┌──

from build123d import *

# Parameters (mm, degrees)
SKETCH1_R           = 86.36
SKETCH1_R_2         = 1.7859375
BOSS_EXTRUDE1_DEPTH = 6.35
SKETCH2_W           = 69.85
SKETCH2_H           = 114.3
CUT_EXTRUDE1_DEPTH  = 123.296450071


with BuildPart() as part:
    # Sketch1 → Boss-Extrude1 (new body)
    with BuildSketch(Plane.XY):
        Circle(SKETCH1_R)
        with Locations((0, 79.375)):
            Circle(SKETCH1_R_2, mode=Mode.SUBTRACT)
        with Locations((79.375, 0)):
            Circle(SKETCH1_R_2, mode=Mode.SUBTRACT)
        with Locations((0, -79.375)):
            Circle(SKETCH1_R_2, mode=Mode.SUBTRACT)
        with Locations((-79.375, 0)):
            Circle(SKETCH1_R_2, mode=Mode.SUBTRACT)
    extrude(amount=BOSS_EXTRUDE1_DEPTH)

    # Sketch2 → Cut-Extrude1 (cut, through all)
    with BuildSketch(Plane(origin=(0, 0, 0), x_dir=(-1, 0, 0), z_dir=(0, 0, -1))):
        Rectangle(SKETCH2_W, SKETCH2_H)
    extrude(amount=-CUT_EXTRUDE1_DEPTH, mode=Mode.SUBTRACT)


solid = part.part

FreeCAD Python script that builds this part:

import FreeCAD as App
import Part
import Sketcher

V = App.Vector
Q = App.Units.Quantity

doc = App.newDocument("Part")
body = doc.addObject("PartDesign::Body", "Body")

sketch1 = body.newObject("Sketcher::SketchObject", "Sketch")
sketch1.AttachmentSupport = (doc.getObject("XY_Plane"), [""])
sketch1.MapMode = "FlatFace"
sketch1.addGeometry(Part.Circle(V(0, 0, 0), V(0, 0, 1), 86.36), False)
sketch1.addGeometry(Part.Circle(V(0, -79.375, 0), V(0, 0, 1), 1.785937), False)
sketch1.addGeometry(Part.Circle(V(-79.375, 0, 0), V(0, 0, 1), 1.785937), False)
sketch1.addGeometry(Part.Circle(V(79.375, 0, 0), V(0, 0, 1), 1.785937), False)
sketch1.addGeometry(Part.Circle(V(0, 79.375, 0), V(0, 0, 1), 1.785937), False)
sketch1.addConstraint(Sketcher.Constraint("Coincident", 0, 3, -1, 1))
sketch1.addConstraint(Sketcher.Constraint("Equal", 1, 2))
sketch1.addConstraint(Sketcher.Constraint("Equal", 2, 3))
sketch1.addConstraint(Sketcher.Constraint("Equal", 3, 4))
sketch1.addConstraint(Sketcher.Constraint("Symmetric", 2, 3, 3, 3, -1, 1))
sketch1.addConstraint(Sketcher.Constraint("Symmetric", 1, 3, 4, 3, -1, 1))
sketch1.addConstraint(Sketcher.Constraint("PointOnObject", 1, 3, -2))
sketch1.addConstraint(Sketcher.Constraint("PointOnObject", 2, 3, -1))
sketch1.addConstraint(Sketcher.Constraint("Diameter", 0, Q("6.8 in")))
sketch1.addConstraint(Sketcher.Constraint("Diameter", 1, Q("0.140625 in")))
sketch1.addConstraint(Sketcher.Constraint("DistanceX", 2, 3, 3, 3, Q("6.25 in")))
sketch1.addConstraint(Sketcher.Constraint("DistanceY", 1, 3, 4, 3, Q("6.25 in")))
pad1 = body.newObject("PartDesign::Pad", "Pad")
pad1.Profile = sketch1
pad1.Length = Q("0.25 in")

sketch2 = body.newObject("Sketcher::SketchObject", "Sketch001")
sketch2.AttachmentSupport = (doc.getObject("XY_Plane"), [""])
sketch2.MapMode = "FlatFace"
sketch2.addGeometry(Part.LineSegment(V(34.925, 57.15, 0), V(34.925, -57.15, 0)), False)
sketch2.addGeometry(Part.LineSegment(V(34.925, -57.15, 0), V(-34.925, -57.15, 0)), False)
sketch2.addGeometry(Part.LineSegment(V(-34.925, -57.15, 0), V(-34.925, 57.15, 0)), False)
sketch2.addGeometry(Part.LineSegment(V(-34.925, 57.15, 0), V(34.925, 57.15, 0)), False)
sketch2.addConstraint(Sketcher.Constraint("Coincident", 0, 2, 1, 1))
sketch2.addConstraint(Sketcher.Constraint("Coincident", 1, 2, 2, 1))
sketch2.addConstraint(Sketcher.Constraint("Coincident", 2, 2, 3, 1))
sketch2.addConstraint(Sketcher.Constraint("Coincident", 3, 2, 0, 1))
sketch2.addConstraint(Sketcher.Constraint("Vertical", 0))
sketch2.addConstraint(Sketcher.Constraint("Horizontal", 1))
sketch2.addConstraint(Sketcher.Constraint("Vertical", 2))
sketch2.addConstraint(Sketcher.Constraint("Horizontal", 3))
sketch2.addConstraint(Sketcher.Constraint("Symmetric", 0, 2, 2, 2, -1, 1))
sketch2.addConstraint(Sketcher.Constraint("DistanceY", 0, 2, 0, 1, Q("4.5 in")))
sketch2.addConstraint(Sketcher.Constraint("DistanceX", 1, 2, 1, 1, Q("2.75 in")))
pocket1 = body.newObject("PartDesign::Pocket", "Pocket")
pocket1.Profile = sketch2
pocket1.Type = "ThroughAll"
pocket1.Reversed = True

doc.recompute()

└──

In the material above, locate the line containing "Circle(SKETCH1_R)" and the line containing "FreeCAD Python script". Transcribe exactly those two lines and every line between them, and nothing more.

        Circle(SKETCH1_R)
        with Locations((0, 79.375)):
            Circle(SKETCH1_R_2, mode=Mode.SUBTRACT)
        with Locations((79.375, 0)):
            Circle(SKETCH1_R_2, mode=Mode.SUBTRACT)
        with Locations((0, -79.375)):
            Circle(SKETCH1_R_2, mode=Mode.SUBTRACT)
        with Locations((-79.375, 0)):
            Circle(SKETCH1_R_2, mode=Mode.SUBTRACT)
    extrude(amount=BOSS_EXTRUDE1_DEPTH)

    # Sketch2 → Cut-Extrude1 (cut, through all)
    with BuildSketch(Plane(origin=(0, 0, 0), x_dir=(-1, 0, 0), z_dir=(0, 0, -1))):
        Rectangle(SKETCH2_W, SKETCH2_H)
    extrude(amount=-CUT_EXTRUDE1_DEPTH, mode=Mode.SUBTRACT)


solid = part.part

FreeCAD Python script that builds this part:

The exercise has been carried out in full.